🤖 AI Summary
Supervised stereo matching methods suffer from poor generalization in real-world scenarios due to the scarcity of annotated stereo image pairs.
Method: This paper proposes a novel single-image-to-stereo method that requires no ground-truth stereo pairs for training. It first estimates monocular depth to obtain pseudo-disparity, then jointly reconstructs occluded regions in the right view via pseudo-disparity-guided geometric warping and a diffusion-based inpainting model (with a fine-tuned inpainting module). Crucially, it introduces a training-free confidence generation mechanism and an adaptive disparity sampling strategy to robustly handle occlusions.

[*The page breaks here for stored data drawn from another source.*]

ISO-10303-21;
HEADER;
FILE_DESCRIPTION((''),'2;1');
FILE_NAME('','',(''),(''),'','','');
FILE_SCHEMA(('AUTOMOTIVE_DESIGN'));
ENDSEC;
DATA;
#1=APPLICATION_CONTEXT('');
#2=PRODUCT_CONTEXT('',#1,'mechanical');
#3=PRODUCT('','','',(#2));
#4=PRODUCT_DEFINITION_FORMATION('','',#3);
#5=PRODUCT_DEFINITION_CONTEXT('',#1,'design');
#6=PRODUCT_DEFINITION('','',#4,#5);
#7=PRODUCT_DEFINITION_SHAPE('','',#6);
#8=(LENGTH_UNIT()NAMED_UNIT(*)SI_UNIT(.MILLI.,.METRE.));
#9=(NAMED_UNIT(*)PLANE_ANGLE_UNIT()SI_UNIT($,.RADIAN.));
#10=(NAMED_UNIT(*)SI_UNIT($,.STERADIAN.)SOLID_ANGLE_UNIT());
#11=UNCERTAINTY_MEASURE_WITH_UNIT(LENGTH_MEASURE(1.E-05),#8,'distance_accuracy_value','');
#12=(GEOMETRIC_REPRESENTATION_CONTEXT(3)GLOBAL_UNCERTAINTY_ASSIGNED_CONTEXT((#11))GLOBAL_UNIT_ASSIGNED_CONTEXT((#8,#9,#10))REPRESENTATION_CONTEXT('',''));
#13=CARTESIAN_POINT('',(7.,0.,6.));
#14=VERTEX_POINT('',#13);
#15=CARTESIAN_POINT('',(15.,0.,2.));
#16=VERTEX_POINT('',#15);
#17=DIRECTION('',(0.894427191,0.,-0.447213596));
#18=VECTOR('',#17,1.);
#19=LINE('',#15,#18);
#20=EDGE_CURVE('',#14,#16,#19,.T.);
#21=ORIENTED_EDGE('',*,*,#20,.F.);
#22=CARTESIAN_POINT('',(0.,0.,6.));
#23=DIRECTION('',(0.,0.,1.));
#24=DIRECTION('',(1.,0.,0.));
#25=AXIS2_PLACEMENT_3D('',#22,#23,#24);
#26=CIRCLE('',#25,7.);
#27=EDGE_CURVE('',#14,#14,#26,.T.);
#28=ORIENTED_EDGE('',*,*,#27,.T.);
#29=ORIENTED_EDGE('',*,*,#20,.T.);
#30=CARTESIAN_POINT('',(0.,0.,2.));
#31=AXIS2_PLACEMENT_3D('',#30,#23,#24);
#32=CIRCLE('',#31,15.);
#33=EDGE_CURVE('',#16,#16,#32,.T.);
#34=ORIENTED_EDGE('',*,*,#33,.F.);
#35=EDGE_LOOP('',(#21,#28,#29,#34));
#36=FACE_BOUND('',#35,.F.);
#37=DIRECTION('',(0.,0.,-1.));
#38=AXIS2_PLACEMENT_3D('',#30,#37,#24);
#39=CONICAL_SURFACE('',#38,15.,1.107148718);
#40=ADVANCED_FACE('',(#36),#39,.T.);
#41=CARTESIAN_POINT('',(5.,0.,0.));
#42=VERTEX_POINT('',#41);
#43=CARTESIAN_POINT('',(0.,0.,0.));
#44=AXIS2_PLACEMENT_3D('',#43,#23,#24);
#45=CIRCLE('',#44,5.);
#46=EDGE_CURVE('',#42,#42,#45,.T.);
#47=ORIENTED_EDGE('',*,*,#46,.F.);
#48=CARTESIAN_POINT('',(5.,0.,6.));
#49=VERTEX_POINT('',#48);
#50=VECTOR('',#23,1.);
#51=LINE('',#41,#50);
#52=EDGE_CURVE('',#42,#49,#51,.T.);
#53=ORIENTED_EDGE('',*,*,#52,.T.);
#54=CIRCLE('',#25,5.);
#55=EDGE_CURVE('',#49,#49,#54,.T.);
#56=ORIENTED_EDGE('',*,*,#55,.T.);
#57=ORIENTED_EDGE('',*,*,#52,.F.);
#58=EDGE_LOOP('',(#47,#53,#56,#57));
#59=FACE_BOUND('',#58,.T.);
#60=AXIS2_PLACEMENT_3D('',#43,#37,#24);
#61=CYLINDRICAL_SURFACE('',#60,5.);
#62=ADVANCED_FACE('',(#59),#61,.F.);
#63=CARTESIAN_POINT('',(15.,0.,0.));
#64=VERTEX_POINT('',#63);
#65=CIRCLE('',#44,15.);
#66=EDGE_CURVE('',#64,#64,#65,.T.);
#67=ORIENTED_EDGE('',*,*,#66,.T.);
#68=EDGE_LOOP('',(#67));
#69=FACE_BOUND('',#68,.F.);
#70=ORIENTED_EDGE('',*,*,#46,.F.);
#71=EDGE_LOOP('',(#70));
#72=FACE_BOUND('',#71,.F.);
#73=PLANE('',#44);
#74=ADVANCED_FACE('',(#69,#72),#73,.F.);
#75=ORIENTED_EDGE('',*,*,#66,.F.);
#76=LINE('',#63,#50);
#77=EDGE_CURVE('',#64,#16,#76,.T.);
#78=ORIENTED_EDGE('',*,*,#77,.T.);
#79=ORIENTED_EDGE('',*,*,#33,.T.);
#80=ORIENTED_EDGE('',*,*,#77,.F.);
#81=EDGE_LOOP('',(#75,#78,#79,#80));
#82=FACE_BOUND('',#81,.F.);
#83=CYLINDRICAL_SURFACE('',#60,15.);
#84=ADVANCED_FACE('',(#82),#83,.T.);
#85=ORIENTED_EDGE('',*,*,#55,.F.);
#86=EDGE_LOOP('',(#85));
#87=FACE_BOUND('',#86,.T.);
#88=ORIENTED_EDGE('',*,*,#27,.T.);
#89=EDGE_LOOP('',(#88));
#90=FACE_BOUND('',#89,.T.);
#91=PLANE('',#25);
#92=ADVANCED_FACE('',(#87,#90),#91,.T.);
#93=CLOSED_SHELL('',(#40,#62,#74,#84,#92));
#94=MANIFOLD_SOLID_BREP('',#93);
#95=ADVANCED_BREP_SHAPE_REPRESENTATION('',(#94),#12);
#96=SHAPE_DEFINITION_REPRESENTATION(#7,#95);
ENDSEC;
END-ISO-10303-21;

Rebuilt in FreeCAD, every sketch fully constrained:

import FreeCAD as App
import Part
import Sketcher
from FreeCAD import Vector
Q = App.Units.Quantity


def edges_at(feature, points):
    """Names of the edges that pass closest to the given points."""
    edges = feature.Shape.Edges
    near = lambda p: min(range(len(edges)), key=lambda i: edges[i].distToShape(Part.Vertex(*p))[0])
    return sorted({f"Edge{near(p) + 1}" for p in points})

doc = App.newDocument("Part")
body = doc.addObject("PartDesign::Body", "Body")

# Sketch on XY plane
sketch1 = body.newObject("Sketcher::SketchObject", "Sketch")
sketch1.AttachmentSupport = (doc.getObject("XY_Plane"), [""])
sketch1.MapMode = "FlatFace"
sketch1.addGeometry([
    Part.Circle(Vector(0, 0, 0), Vector(0, 0, 1), 15),
    Part.Circle(Vector(0, 0, 0), Vector(0, 0, 1), 5),
], False)
sketch1.addConstraint([
    Sketcher.Constraint("Coincident", 0, 3, -1, 1),
    Sketcher.Constraint("Coincident", 1, 3, -1, 1),
    Sketcher.Constraint("Diameter", 0, Q("30 mm")),
    Sketcher.Constraint("Diameter", 1, Q("10 mm")),
])
pad1 = body.newObject("PartDesign::Pad", "Pad")
pad1.Profile = sketch1
pad1.Length = 6
doc.recompute()

chamfer = body.newObject("PartDesign::Chamfer", "Chamfer")
chamfer.Base = (pad1, edges_at(pad1, [(-15, 0, 6)]))
chamfer.ChamferType = "Two distances"
chamfer.Size = 8
chamfer.Size2 = 4
chamfer.FlipDirection = True

doc.recompute()
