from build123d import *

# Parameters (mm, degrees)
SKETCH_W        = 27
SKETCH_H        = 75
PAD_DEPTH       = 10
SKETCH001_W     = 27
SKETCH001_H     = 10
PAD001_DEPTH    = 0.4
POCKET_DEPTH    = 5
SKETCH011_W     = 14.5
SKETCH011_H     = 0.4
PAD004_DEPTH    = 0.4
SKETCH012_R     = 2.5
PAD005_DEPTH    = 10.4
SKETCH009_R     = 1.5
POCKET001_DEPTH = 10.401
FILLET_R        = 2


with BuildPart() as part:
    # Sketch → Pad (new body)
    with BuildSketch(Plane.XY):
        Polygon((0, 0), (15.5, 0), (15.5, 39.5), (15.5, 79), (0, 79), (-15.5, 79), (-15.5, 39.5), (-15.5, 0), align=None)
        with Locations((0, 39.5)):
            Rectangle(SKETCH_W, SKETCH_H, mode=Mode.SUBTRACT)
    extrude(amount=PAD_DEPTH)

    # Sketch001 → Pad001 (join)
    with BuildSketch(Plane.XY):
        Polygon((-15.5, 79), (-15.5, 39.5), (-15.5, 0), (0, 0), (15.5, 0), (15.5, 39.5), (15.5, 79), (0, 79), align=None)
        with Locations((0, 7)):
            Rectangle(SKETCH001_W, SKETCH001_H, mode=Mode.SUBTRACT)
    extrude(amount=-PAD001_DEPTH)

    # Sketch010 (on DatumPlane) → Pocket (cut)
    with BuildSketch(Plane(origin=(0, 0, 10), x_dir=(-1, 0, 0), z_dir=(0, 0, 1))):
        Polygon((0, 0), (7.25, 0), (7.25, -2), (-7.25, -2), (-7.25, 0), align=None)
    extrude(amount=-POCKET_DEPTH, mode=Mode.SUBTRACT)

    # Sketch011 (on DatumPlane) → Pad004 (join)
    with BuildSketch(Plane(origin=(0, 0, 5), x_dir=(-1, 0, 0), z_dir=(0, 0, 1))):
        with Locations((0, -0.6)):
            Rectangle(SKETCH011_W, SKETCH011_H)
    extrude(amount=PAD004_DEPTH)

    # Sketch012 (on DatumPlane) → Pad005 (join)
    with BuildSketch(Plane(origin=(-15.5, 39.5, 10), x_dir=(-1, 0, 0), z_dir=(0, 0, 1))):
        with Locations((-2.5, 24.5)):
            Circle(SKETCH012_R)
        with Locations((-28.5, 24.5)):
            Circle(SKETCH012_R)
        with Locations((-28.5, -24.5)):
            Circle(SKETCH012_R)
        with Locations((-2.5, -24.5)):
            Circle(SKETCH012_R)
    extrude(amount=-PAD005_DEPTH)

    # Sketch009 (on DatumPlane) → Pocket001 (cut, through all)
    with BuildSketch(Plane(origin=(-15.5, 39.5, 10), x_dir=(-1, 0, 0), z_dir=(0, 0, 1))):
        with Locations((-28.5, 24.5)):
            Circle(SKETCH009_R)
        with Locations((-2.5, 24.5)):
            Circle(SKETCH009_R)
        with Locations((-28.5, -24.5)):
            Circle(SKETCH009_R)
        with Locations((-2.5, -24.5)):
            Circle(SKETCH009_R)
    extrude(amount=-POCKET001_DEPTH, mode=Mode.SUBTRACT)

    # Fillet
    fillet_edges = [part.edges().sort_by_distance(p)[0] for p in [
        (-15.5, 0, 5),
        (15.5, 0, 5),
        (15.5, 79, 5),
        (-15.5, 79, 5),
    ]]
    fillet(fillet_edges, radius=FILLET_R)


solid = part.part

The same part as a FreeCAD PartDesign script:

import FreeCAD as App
import Part
import Sketcher
Q = App.Units.Quantity


def edges_at(feature, points):
    """Names of the edges that pass closest to the given points."""
    edges = feature.Shape.Edges
    near = lambda p: min(range(len(edges)), key=lambda i: edges[i].distToShape(Part.Vertex(*p))[0])
    return sorted({f"Edge{near(p) + 1}" for p in points})


def add_polygon(sketch, points):
    """Adds a closed chain of lines whose ends are joined by coincident constraints."""
    first, n = sketch.GeometryCount, len(points)
    for a, b in zip(points, points[1:] + points[:1]):
        sketch.addGeometry(Part.LineSegment(App.Vector(*a, 0), App.Vector(*b, 0)), False)
    for i in range(n):
        sketch.addConstraint(Sketcher.Constraint("Coincident", first + i, 2, first + (i + 1) % n, 1))

doc = App.newDocument("Part")
params = doc.addObject("Spreadsheet::Sheet", "Params")
for row, (alias, value) in enumerate([
    ("sketch1_width", "31 mm"),
    ("sketch1_width2", "27 mm"),
    ("sketch1_height", "79 mm"),
    ("sketch1_height2", "75 mm"),
    ("pad1_length", "10 mm"),
    ("sketch2_width", "31 mm"),
    ("sketch2_width2", "27 mm"),
    ("sketch2_height", "79 mm"),
    ("sketch2_height2", "10 mm"),
    ("pad2_length", "0.4 mm"),
    ("sketch3_height", "2 mm"),
    ("sketch3_width", "14.5 mm"),
    ("pocket1_length", "5 mm"),
    ("sketch4_width", "14.5 mm"),
    ("sketch4_height", "0.4 mm"),
    ("pad3_length", "0.4 mm"),
    ("sketch5_diameter", "5 mm"),
    ("pad4_length", "10.4 mm"),
    ("sketch6_diameter", "3 mm"),
    ("fillet_radius", "2 mm"),
], start=1):
    params.set(f"A{row}", alias)
    params.set(f"B{row}", "=" + value)
    params.setAlias(f"B{row}", alias)

body = doc.addObject("PartDesign::Body", "Body")

# Sketch on XY plane
sketch1 = doc.addObject("Sketcher::SketchObject", "Sketch")
body.addObject(sketch1)
sketch1.AttachmentSupport = (doc.XY_Plane, [""])
sketch1.MapMode = "FlatFace"
add_polygon(sketch1, [(16, 0), (16, 79), (-16, 79), (-16, 0)])  # lines 0-3
add_polygon(sketch1, [(14, 2), (-14, 2), (-14, 77), (14, 77)])  # lines 4-7
sketch1.addConstraint([
    Sketcher.Constraint("Vertical", 0),
    Sketcher.Constraint("Horizontal", 1),
    Sketcher.Constraint("Vertical", 2),
    Sketcher.Constraint("Horizontal", 3),
    Sketcher.Constraint("Horizontal", 4),
    Sketcher.Constraint("Vertical", 5),
    Sketcher.Constraint("Horizontal", 6),
    Sketcher.Constraint("Vertical", 7),
    Sketcher.Constraint("Symmetric", 2, 2, 3, 2, -1, 1),
    Sketcher.Constraint("DistanceX", 1, 2, 1, 1, Q("31 mm")),
    Sketcher.Constraint("DistanceX", 4, 2, 4, 1, Q("27 mm")),
    Sketcher.Constraint("DistanceY", 0, 1, 0, 2, Q("79 mm")),
    Sketcher.Constraint("DistanceY", 5, 1, 5, 2, Q("75 mm")),
    Sketcher.Constraint("DistanceY", -1, 1, 4, 2, Q("2 mm")),
    Sketcher.Constraint("DistanceX", 2, 2, 4, 2, Q("2 mm")),
])
sketch1.setExpression("Constraints[17]", "Params.sketch1_width")
sketch1.setExpression("Constraints[18]", "Params.sketch1_width2")
sketch1.setExpression("Constraints[19]", "Params.sketch1_height")
sketch1.setExpression("Constraints[20]", "Params.sketch1_height2")
pad1 = doc.addObject("PartDesign::Pad", "Pad")
body.addObject(pad1)
pad1.Profile = sketch1
pad1.setExpression("Length", "Params.pad1_length")

# Sketch on XY plane
sketch2 = doc.addObject("Sketcher::SketchObject", "Sketch001")
body.addObject(sketch2)
sketch2.AttachmentSupport = (doc.XY_Plane, [""])
sketch2.MapMode = "FlatFace"
add_polygon(sketch2, [(-16, 79), (-16, 0), (16, 0), (16, 79)])  # lines 0-3
add_polygon(sketch2, [(14, 2), (-14, 2), (-14, 12), (14, 12)])  # lines 4-7
sketch2.addConstraint([
    Sketcher.Constraint("Vertical", 0),
    Sketcher.Constraint("Horizontal", 1),
    Sketcher.Constraint("Vertical", 2),
    Sketcher.Constraint("Horizontal", 3),
    Sketcher.Constraint("Horizontal", 4),
    Sketcher.Constraint("Vertical", 5),
    Sketcher.Constraint("Horizontal", 6),
    Sketcher.Constraint("Vertical", 7),
    Sketcher.Constraint("Symmetric", 0, 2, 1, 2, -1, 1),
    Sketcher.Constraint("DistanceX", 1, 1, 1, 2, Q("31 mm")),
    Sketcher.Constraint("DistanceX", 4, 2, 4, 1, Q("27 mm")),
    Sketcher.Constraint("DistanceY", 0, 2, 0, 1, Q("79 mm")),
    Sketcher.Constraint("DistanceY", 5, 1, 5, 2, Q("10 mm")),
    Sketcher.Constraint("DistanceY", -1, 1, 4, 2, Q("2 mm")),
    Sketcher.Constraint("DistanceX", 0, 2, 4, 2, Q("2 mm")),
])
sketch2.setExpression("Constraints[17]", "Params.sketch2_width")
sketch2.setExpression("Constraints[18]", "Params.sketch2_width2")
sketch2.setExpression("Constraints[19]", "Params.sketch2_height")
sketch2.setExpression("Constraints[20]", "Params.sketch2_height2")
pad2 = doc.addObject("PartDesign::Pad", "Pad001")
body.addObject(pad2)
pad2.Profile = sketch2
pad2.setExpression("Length", "Params.pad2_length")
pad2.Reversed = True

# Sketch on XY plane
sketch3 = doc.addObject("Sketcher::SketchObject", "Sketch002")
body.addObject(sketch3)
sketch3.AttachmentSupport = (doc.XY_Plane, [""])
sketch3.MapMode = "FlatFace"
sketch3.AttachmentOffset = App.Placement(App.Vector(0, 0, 10), App.Rotation())
add_polygon(sketch3, [(-7.2, 0), (7.2, 0), (7.2, 2), (-7.2, 2)])  # lines 0-3
sketch3.addConstraint([
    Sketcher.Constraint("Horizontal", 0),
    Sketcher.Constraint("Vertical", 1),
    Sketcher.Constraint("Horizontal", 2),
    Sketcher.Constraint("Vertical", 3),
    Sketcher.Constraint("Symmetric", 0, 2, 3, 2, -1, 1),
    Sketcher.Constraint("DistanceY", 1, 1, 1, 2, Q("2 mm")),
    Sketcher.Constraint("DistanceX", 0, 1, 0, 2, Q("14.5 mm")),
])
sketch3.setExpression("Constraints[9]", "Params.sketch3_height")
sketch3.setExpression("Constraints[10]", "Params.sketch3_width")
pocket1 = doc.addObject("PartDesign::Pocket", "Pocket")
body.addObject(pocket1)
pocket1.Profile = sketch3
pocket1.setExpression("Length", "Params.pocket1_length")

# Sketch on XY plane
sketch4 = doc.addObject("Sketcher::SketchObject", "Sketch003")
body.addObject(sketch4)
sketch4.AttachmentSupport = (doc.XY_Plane, [""])
sketch4.MapMode = "FlatFace"
sketch4.AttachmentOffset = App.Placement(App.Vector(0, 0, 5), App.Rotation())
add_polygon(sketch4, [(7.25, 0.4), (7.25, 0.8), (-7.25, 0.8), (-7.25, 0.4)])  # lines 0-3
sketch4.addConstraint([
    Sketcher.Constraint("Vertical", 0),
    Sketcher.Constraint("Horizontal", 1),
    Sketcher.Constraint("Vertical", 2),
    Sketcher.Constraint("Horizontal", 3),
    Sketcher.Constraint("DistanceX", 1, 2, 1, 1, Q("14.5 mm")),
    Sketcher.Constraint("DistanceY", 0, 1, 0, 2, Q("0.4 mm")),
    Sketcher.Constraint("DistanceY", -1, 1, 0, 2, Q("0.8 mm")),
    Sketcher.Constraint("DistanceX", -1, 1, 0, 2, Q("7.25 mm")),
])
sketch4.setExpression("Constraints[8]", "Params.sketch4_width")
sketch4.setExpression("Constraints[9]", "Params.sketch4_height")
pad3 = doc.addObject("PartDesign::Pad", "Pad002")
body.addObject(pad3)
pad3.Profile = sketch4
pad3.setExpression("Length", "Params.pad3_length")

# Sketch on XY plane
sketch5 = doc.addObject("Sketcher::SketchObject", "Sketch004")
body.addObject(sketch5)
sketch5.AttachmentSupport = (doc.XY_Plane, [""])
sketch5.MapMode = "FlatFace"
sketch5.AttachmentOffset = App.Placement(App.Vector(0, 0, 10), App.Rotation())
sketch5.addGeometry([
    Part.Circle(App.Vector(-13, 15, 0), App.Vector(0, 0, 1), 2.5),
    Part.Circle(App.Vector(13, 15, 0), App.Vector(0, 0, 1), 2.5),
    Part.Circle(App.Vector(13, 64, 0), App.Vector(0, 0, 1), 2.5),
    Part.Circle(App.Vector(-13, 64, 0), App.Vector(0, 0, 1), 2.5),
], False)
sketch5.addConstraint([
    Sketcher.Constraint("Equal", 0, 1),
    Sketcher.Constraint("Equal", 1, 2),
    Sketcher.Constraint("Equal", 2, 3),
    Sketcher.Constraint("Symmetric", 0, 3, 1, 3, -2),
    Sketcher.Constraint("Symmetric", 2, 3, 3, 3, -2),
    Sketcher.Constraint("Vertical", 1, 3, 2, 3),
    Sketcher.Constraint("Diameter", 0, Q("5 mm")),
    Sketcher.Constraint("DistanceX", 0, 3, -1, 1, Q("13 mm")),
    Sketcher.Constraint("DistanceY", -1, 1, 0, 3, Q("15 mm")),
    Sketcher.Constraint("DistanceY", -1, 1, 2, 3, Q("64 mm")),
])
sketch5.setExpression("Constraints[6]", "Params.sketch5_diameter")
pad4 = doc.addObject("PartDesign::Pad", "Pad003")
body.addObject(pad4)
pad4.Profile = sketch5
pad4.setExpression("Length", "Params.pad4_length")
pad4.Reversed = True

# Sketch on XY plane
sketch6 = doc.addObject("Sketcher::SketchObject", "Sketch005")
body.addObject(sketch6)
sketch6.AttachmentSupport = (doc.XY_Plane, [""])
sketch6.MapMode = "FlatFace"
sketch6.AttachmentOffset = App.Placement(App.Vector(0, 0, 10), App.Rotation())
sketch6.addGeometry([
    Part.Circle(App.Vector(13, 15, 0), App.Vector(0, 0, 1), 1.5),
    Part.Circle(App.Vector(-13, 15, 0), App.Vector(0, 0, 1), 1.5),
    Part.Circle(App.Vector(13, 64, 0), App.Vector(0, 0, 1), 1.5),
    Part.Circle(App.Vector(-13, 64, 0), App.Vector(0, 0, 1), 1.5),
], False)
sketch6.addConstraint([
    Sketcher.Constraint("Equal", 0, 1),
    Sketcher.Constraint("Equal", 1, 2),
    Sketcher.Constraint("Equal", 2, 3),
    Sketcher.Constraint("Symmetric", 0, 3, 1, 3, -2),
    Sketcher.Constraint("Symmetric", 2, 3, 3, 3, -2),
    Sketcher.Constraint("Vertical", 0, 3, 2, 3),
    Sketcher.Constraint("Diameter", 0, Q("3 mm")),
    Sketcher.Constraint("DistanceX", -1, 1, 0, 3, Q("13 mm")),
    Sketcher.Constraint("DistanceY", -1, 1, 0, 3, Q("15 mm")),
    Sketcher.Constraint("DistanceY", -1, 1, 2, 3, Q("64 mm")),
])
sketch6.setExpression("Constraints[6]", "Params.sketch6_diameter")
pocket2 = doc.addObject("PartDesign::Pocket", "Pocket001")
body.addObject(pocket2)
pocket2.Profile = sketch6
pocket2.Type = "ThroughAll"
doc.recompute()

fillet = doc.addObject("PartDesign::Fillet", "Fillet")
body.addObject(fillet)
fillet.Base = (pocket2, edges_at(pocket2, [
    (-15.5, 0, 4.8),
    (15.5, 0, 4.8),
    (15.5, 79, 4.8),
    (-15.5, 79, 4.8),
]))
fillet.setExpression("Radius", "Params.fillet_radius")

doc.recompute()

Results: The method achieves state-of-the-art performance on zero-shot stereo matching. Synthesized stereo pairs exhibit rich texture detail, semantic consistency, and structural integrity, significantly enhancing generalization to real-world scenes without domain-specific fine-tuning.
📝 Abstract
State-of-the-art supervised stereo matching methods have achieved amazing results on various benchmarks. However, these data-driven methods suffer from generalization to real-world scenarios due to the lack of real-world annotated data. In this paper, we propose StereoGen, a novel pipeline for high-quality stereo image generation. This pipeline utilizes arbitrary single images as left images and pseudo disparities generated by a monocular depth estimation model to synthesize high-quality corresponding right images. Unlike previous methods that fill the occluded area in warped right images using random backgrounds or using convolutions to take nearby pixels selectively, we fine-tune a diffusion inpainting model to recover the background. Images generated by our model possess better details and undamaged semantic structures. Besides, we propose Training-free Confidence Generation and Adaptive Disparity Selection. The former suppresses the negative effect of harmful pseudo ground truth during stereo training, while the latter helps generate a wider disparity distribution and better synthetic images. Experiments show that models trained under our pipeline achieve state-of-the-art zero-shot generalization results among all published methods. The code will be available upon publication of the paper.